Renee Cardwell Hughes, chief executive of the Red Cross's Southeast Pennsylvania division, said news reports immediately following the storm, about mansions falling into the ocean, left many potential donors with the false impression that only the wealthy were impacted.

"In the very beginning, you heard it," she said. "But as the media began to dig into the story and it came out this storm hit every sector of society, that changed pretty quickly."

The standard trajectory for disaster giving is that donations peak in the event's immediate aftermath and then trickle out over the months following.

Gulf Coast giving, however, tripled from its first-month total to almost $2.7 billion, according to Giving USA.

The question of the scale of Sandy's destruction relative to Katrina hangs over fund-raising efforts.

Sandy, which Gov. Christie has called "our Katrina," is likely to be the second-costliest storm in U.S. history.

But Katrina resulted in an estimated $108 billion in damages and left 1,800 people dead. Sandy is estimated to have caused around $80 billion in damage with a death toll of less than 150.

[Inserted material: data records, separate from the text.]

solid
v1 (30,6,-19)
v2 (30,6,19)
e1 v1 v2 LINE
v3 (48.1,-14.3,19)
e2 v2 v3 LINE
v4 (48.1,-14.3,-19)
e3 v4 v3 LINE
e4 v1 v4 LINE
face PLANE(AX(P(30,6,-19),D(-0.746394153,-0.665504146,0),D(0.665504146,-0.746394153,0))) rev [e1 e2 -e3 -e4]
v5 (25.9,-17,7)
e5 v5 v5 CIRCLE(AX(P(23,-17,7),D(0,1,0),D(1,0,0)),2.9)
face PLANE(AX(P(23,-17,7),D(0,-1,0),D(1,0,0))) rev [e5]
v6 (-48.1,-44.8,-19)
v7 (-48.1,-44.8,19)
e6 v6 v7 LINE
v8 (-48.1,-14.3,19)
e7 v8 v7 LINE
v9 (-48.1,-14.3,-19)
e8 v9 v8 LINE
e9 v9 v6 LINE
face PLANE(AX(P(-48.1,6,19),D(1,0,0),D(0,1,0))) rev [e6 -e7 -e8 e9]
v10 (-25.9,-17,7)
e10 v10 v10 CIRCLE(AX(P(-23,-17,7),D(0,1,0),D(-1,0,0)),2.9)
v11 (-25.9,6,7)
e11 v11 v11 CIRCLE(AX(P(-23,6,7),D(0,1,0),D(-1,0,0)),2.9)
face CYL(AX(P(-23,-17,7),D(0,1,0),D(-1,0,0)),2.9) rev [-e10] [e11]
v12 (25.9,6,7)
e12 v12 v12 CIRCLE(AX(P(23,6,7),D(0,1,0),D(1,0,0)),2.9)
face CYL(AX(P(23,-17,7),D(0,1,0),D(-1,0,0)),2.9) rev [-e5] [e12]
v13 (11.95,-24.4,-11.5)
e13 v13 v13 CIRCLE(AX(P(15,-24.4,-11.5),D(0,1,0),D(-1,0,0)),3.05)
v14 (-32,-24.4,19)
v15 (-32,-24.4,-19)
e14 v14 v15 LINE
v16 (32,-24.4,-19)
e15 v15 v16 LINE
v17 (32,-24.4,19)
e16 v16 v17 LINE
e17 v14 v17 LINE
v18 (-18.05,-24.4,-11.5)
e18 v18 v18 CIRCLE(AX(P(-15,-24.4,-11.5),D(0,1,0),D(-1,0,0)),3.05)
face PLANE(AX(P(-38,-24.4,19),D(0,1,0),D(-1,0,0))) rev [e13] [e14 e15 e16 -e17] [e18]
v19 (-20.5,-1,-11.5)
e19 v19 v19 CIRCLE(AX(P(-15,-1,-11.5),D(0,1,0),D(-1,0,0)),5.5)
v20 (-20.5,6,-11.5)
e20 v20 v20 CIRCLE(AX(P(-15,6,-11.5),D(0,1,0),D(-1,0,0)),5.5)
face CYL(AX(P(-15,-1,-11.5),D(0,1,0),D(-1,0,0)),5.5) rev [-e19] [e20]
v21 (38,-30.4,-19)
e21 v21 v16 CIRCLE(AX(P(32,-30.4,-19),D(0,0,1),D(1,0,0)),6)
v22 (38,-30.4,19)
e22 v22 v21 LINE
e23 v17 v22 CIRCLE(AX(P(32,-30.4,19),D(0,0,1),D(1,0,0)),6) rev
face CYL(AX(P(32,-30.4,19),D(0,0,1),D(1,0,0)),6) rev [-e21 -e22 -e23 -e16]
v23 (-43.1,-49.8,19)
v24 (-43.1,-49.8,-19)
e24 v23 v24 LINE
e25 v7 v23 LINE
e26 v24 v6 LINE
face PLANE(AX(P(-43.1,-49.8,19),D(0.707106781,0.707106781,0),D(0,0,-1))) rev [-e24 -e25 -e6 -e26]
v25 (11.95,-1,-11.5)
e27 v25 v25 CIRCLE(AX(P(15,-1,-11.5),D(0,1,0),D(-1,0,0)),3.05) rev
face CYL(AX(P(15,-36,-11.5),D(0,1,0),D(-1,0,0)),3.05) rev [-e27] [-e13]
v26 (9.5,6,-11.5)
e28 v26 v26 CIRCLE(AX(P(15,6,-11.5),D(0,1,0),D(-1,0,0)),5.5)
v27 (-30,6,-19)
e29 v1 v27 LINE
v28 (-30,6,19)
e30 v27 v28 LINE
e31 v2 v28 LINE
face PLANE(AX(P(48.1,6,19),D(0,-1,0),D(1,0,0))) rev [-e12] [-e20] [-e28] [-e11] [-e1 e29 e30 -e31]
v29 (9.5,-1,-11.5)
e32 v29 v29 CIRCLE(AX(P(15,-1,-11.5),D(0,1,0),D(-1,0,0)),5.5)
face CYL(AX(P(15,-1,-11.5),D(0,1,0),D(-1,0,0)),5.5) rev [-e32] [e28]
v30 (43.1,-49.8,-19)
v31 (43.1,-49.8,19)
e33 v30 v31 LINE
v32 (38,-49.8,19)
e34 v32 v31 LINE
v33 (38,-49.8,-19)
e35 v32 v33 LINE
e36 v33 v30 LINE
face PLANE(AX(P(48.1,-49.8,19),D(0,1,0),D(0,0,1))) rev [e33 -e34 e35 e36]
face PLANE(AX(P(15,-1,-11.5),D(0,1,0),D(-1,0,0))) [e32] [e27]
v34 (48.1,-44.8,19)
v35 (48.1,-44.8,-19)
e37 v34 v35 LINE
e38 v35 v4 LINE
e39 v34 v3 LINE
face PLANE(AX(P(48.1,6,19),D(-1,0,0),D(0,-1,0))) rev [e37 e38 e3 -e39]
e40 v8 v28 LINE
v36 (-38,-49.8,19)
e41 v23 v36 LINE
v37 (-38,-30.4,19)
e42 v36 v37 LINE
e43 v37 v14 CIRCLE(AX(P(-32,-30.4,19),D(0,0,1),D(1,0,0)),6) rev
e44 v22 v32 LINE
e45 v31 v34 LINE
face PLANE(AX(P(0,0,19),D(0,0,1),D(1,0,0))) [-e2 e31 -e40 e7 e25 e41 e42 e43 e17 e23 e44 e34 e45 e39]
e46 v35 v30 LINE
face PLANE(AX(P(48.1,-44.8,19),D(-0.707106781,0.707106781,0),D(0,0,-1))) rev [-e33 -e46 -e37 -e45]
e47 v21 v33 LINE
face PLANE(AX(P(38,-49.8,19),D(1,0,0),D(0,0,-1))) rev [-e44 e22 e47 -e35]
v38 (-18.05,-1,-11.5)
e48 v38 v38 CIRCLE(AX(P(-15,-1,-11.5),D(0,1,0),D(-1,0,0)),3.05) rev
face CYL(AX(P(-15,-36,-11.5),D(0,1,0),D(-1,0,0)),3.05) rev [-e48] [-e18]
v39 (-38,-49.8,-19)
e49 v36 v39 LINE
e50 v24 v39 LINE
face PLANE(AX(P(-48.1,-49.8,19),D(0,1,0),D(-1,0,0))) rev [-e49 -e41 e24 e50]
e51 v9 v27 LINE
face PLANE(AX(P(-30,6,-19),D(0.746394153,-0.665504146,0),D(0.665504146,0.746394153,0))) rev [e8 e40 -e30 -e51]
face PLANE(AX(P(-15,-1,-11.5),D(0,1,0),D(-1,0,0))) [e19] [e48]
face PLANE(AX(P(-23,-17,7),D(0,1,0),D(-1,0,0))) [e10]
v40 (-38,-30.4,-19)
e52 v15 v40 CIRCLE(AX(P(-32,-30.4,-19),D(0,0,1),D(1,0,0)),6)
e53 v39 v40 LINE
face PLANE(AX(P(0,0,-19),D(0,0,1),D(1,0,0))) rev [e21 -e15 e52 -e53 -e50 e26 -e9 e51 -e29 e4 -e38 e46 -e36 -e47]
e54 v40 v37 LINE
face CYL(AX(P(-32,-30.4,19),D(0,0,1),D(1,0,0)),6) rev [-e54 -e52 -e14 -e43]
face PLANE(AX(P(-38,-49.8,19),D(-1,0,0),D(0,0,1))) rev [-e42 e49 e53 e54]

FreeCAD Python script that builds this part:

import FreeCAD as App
import Part
import Sketcher
from FreeCAD import Vector


def edges_at(feature, points):
    """Names of the edges that pass closest to the given points."""
    edges = feature.Shape.Edges
    near = lambda p: min(range(len(edges)), key=lambda i: edges[i].distToShape(Part.Vertex(*p))[0])
    return sorted({f"Edge{near(p) + 1}" for p in points})

doc = App.newDocument("Part")
body = doc.addObject("PartDesign::Body", "Body")

# Sketch on XY plane
sketch1 = body.newObject("Sketcher::SketchObject", "Sketch")
sketch1.AttachmentSupport = (doc.getObject("XY_Plane"), [""])
sketch1.MapMode = "FlatFace"
sketch1.addGeometry([
    Part.LineSegment(Vector(48, 6, 0), Vector(-48, 6, 0)),  # 0
    Part.LineSegment(Vector(-48, 6, 0), Vector(-48, -50, 0)),  # 1
    Part.LineSegment(Vector(-48, -50, 0), Vector(-38, -50, 0)),  # 2
    Part.LineSegment(Vector(-38, -50, 0), Vector(-38, -24, 0)),  # 3
    Part.LineSegment(Vector(-38, -24, 0), Vector(38, -24, 0)),  # 4
    Part.LineSegment(Vector(38, -24, 0), Vector(38, -50, 0)),  # 5
    Part.LineSegment(Vector(38, -50, 0), Vector(48, -50, 0)),  # 6
    Part.LineSegment(Vector(48, -50, 0), Vector(48, 6, 0)),  # 7
], False)
sketch1.addConstraint([
    Sketcher.Constraint("Coincident", 0, 2, 1, 1),
    Sketcher.Constraint("Coincident", 1, 2, 2, 1),
    Sketcher.Constraint("Coincident", 2, 2, 3, 1),
    Sketcher.Constraint("Coincident", 3, 2, 4, 1),
    Sketcher.Constraint("Coincident", 4, 2, 5, 1),
    Sketcher.Constraint("Coincident", 5, 2, 6, 1),
    Sketcher.Constraint("Coincident", 6, 2, 7, 1),
    Sketcher.Constraint("Coincident", 7, 2, 0, 1),
    Sketcher.Constraint("Horizontal", 0),
    Sketcher.Constraint("Vertical", 1),
    Sketcher.Constraint("Horizontal", 2),
    Sketcher.Constraint("Vertical", 3),
    Sketcher.Constraint("Horizontal", 4),
    Sketcher.Constraint("Vertical", 5),
    Sketcher.Constraint("Horizontal", 6),
    Sketcher.Constraint("Vertical", 7),
    Sketcher.Constraint("Symmetric", 2, 2, 5, 2, -2),
    Sketcher.Constraint("Equal", 2, 6),
    Sketcher.Constraint("DistanceX", 4, 1, 4, 2, 76.0),
    Sketcher.Constraint("DistanceX", 0, 2, 0, 1, 96.2),
    Sketcher.Constraint("DistanceY", 1, 2, 1, 1, 55.8),
    Sketcher.Constraint("DistanceY", 3, 1, 3, 2, 25.4),
    Sketcher.Constraint("DistanceY", -1, 1, 0, 2, 6.0),
])
pad1 = body.newObject("PartDesign::Pad", "Pad")
pad1.Profile = sketch1
pad1.Length = 38
pad1.Midplane = True

# Sketch on XY plane
sketch2 = body.newObject("Sketcher::SketchObject", "Sketch001")
sketch2.AttachmentSupport = (doc.getObject("XY_Plane"), [""])
sketch2.MapMode = "FlatFace"
sketch2.AttachmentOffset = App.Placement(Vector(0, 0, 19), App.Rotation())
sketch2.addGeometry([
    Part.LineSegment(Vector(-48, -14, 0), Vector(-30, 6, 0)),  # 0
    Part.LineSegment(Vector(-30, 6, 0), Vector(-48, 6, 0)),  # 1
    Part.LineSegment(Vector(-48, 6, 0), Vector(-48, -14, 0)),  # 2
    Part.LineSegment(Vector(48, 6, 0), Vector(30, 6, 0)),  # 3
    Part.LineSegment(Vector(30, 6, 0), Vector(48, -14, 0)),  # 4
    Part.LineSegment(Vector(48, -14, 0), Vector(48, 6, 0)),  # 5
], False)
sketch2.addConstraint([
    Sketcher.Constraint("Coincident", 0, 2, 1, 1),
    Sketcher.Constraint("Coincident", 1, 2, 2, 1),
    Sketcher.Constraint("Coincident", 2, 2, 0, 1),
    Sketcher.Constraint("Coincident", 3, 2, 4, 1),
    Sketcher.Constraint("Coincident", 4, 2, 5, 1),
    Sketcher.Constraint("Coincident", 5, 2, 3, 1),
    Sketcher.Constraint("Horizontal", 1),
    Sketcher.Constraint("Vertical", 2),
    Sketcher.Constraint("Horizontal", 3),
    Sketcher.Constraint("Vertical", 5),
    Sketcher.Constraint("Symmetric", 0, 2, 3, 2, -2),
    Sketcher.Constraint("Symmetric", 2, 2, 4, 2, -2),
    Sketcher.Constraint("DistanceX", 1, 2, 1, 1, 18.1),
    Sketcher.Constraint("DistanceY", 2, 2, 2, 1, 20.3),
    Sketcher.Constraint("DistanceX", 0, 2, -1, 1, 30.0),
    Sketcher.Constraint("DistanceY", -1, 1, 0, 2, 6.0),
])
pocket1 = body.newObject("PartDesign::Pocket", "Pocket")
pocket1.Profile = sketch2
pocket1.Type = "ThroughAll"
doc.recompute()

fillet = body.newObject("PartDesign::Fillet", "Fillet")
fillet.Base = (pocket1, edges_at(pocket1, [(38, -24.4, 0), (-38, -24.4, 0)]))
fillet.Radius = 6

# Sketch on XZ plane
sketch3 = body.newObject("Sketcher::SketchObject", "Sketch002")
sketch3.AttachmentSupport = (doc.getObject("XZ_Plane"), [""])
sketch3.MapMode = "FlatFace"
sketch3.AttachmentOffset = App.Placement(Vector(0, 0, -6), App.Rotation())
sketch3.addGeometry([
    Part.Circle(Vector(-15, -11.5, 0), Vector(0, 0, 1), 3),
    Part.Circle(Vector(15, -11.5, 0), Vector(0, 0, 1), 3),
], False)
sketch3.addConstraint([
    Sketcher.Constraint("Equal", 0, 1),
    Sketcher.Constraint("Symmetric", 0, 3, 1, 3, -2),
    Sketcher.Constraint("Diameter", 0, 6.1),
    Sketcher.Constraint("DistanceX", 0, 3, -1, 1, 15.0),
    Sketcher.Constraint("DistanceY", 0, 3, -1, 1, 11.5),
])
pocket2 = body.newObject("PartDesign::Pocket", "Pocket001")
pocket2.Profile = sketch3
pocket2.Length = 42
pocket2.Reversed = True

# Sketch on XZ plane
sketch4 = body.newObject("Sketcher::SketchObject", "Sketch003")
sketch4.AttachmentSupport = (doc.getObject("XZ_Plane"), [""])
sketch4.MapMode = "FlatFace"
sketch4.AttachmentOffset = App.Placement(Vector(0, 0, -6), App.Rotation())
sketch4.addGeometry([
    Part.Circle(Vector(-15, -12, 0), Vector(0, 0, 1), 6),
    Part.Circle(Vector(15, -12, 0), Vector(0, 0, 1), 6),
], False)
sketch4.addConstraint([
    Sketcher.Constraint("Equal", 0, 1),
    Sketcher.Constraint("Symmetric", 0, 3, 1, 3, -2),
    Sketcher.Constraint("Diameter", 0, 11.0),
    Sketcher.Constraint("DistanceX", 0, 3, -1, 1, 15.0),
    Sketcher.Constraint("DistanceY", 0, 3, -1, 1, 11.5),
])
pocket3 = body.newObject("PartDesign::Pocket", "Pocket002")
pocket3.Profile = sketch4
pocket3.Length = 7
pocket3.Reversed = True

# Sketch on XZ plane
sketch5 = body.newObject("Sketcher::SketchObject", "Sketch004")
sketch5.AttachmentSupport = (doc.getObject("XZ_Plane"), [""])
sketch5.MapMode = "FlatFace"
sketch5.AttachmentOffset = App.Placement(Vector(0, 0, -6), App.Rotation())
sketch5.addGeometry([
    Part.Circle(Vector(-23, 7, 0), Vector(0, 0, 1), 2.9),
    Part.Circle(Vector(23, 7, 0), Vector(0, 0, 1), 2.9),
], False)
sketch5.addConstraint([
    Sketcher.Constraint("Equal", 0, 1),
    Sketcher.Constraint("Symmetric", 0, 3, 1, 3, -2),
    Sketcher.Constraint("Diameter", 0, 5.8),
    Sketcher.Constraint("DistanceX", 0, 3, -1, 1, 23.0),
    Sketcher.Constraint("DistanceY", -1, 1, 0, 3, 7.0),
])
pocket4 = body.newObject("PartDesign::Pocket", "Pocket003")
pocket4.Profile = sketch5
pocket4.Length = 23
pocket4.Reversed = True
doc.recompute()

chamfer = body.newObject("PartDesign::Chamfer", "Chamfer")
chamfer.Base = (pocket4, edges_at(pocket4, [(48.1, -49.8, 0), (-48.1, -49.8, 0)]))
chamfer.Size = 5

doc.recompute()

"We've been trying to caution people not to compare Sandy with Katrina. They were both large storms, but they were different in nature," said Melanie Pipkin, a spokeswoman for the Red Cross.

Fund-raisers from various groups were unanimously positive about the success of Sandy efforts compared with past disaster relief drives.

"It's really been amazing. The outpouring across the country has been remarkable. I can't say it's anything I expected," said Mary Pat Christie, wife of the governor and chair of the Hurricane Sandy New Jersey Relief Fund, which has raised $25 million.

But as aid flows to hard-hit communities such as Long Beach Island and Seaside Heights, grim reports from the Red Cross of families who had been living paycheck to paycheck having lost their homes are competing with the region's reputation as one of the most affluent parts of the country.

"With Katrina, the people who got hit were already so desperately poor," said Borochoff, of CharityWatch. "Around the country, there's a lot of 'if you could afford to live in New York or New Jersey, you don't need my money.' "

On Late Night With Jimmy Fallon last week, the musician Billy Joel, who grew up on Long Island, took on that perception, joking that the helipad at his seaside mansion had been damaged before turning serious and asking viewers to help less affluent victims.

"A lot of people think everybody in New York, Long Island, New Jersey, that we've got a lot of money," he said. "There's a lot of people that don't have a lot of money, a lot of middle-class, working-class, or poor people who really got hit."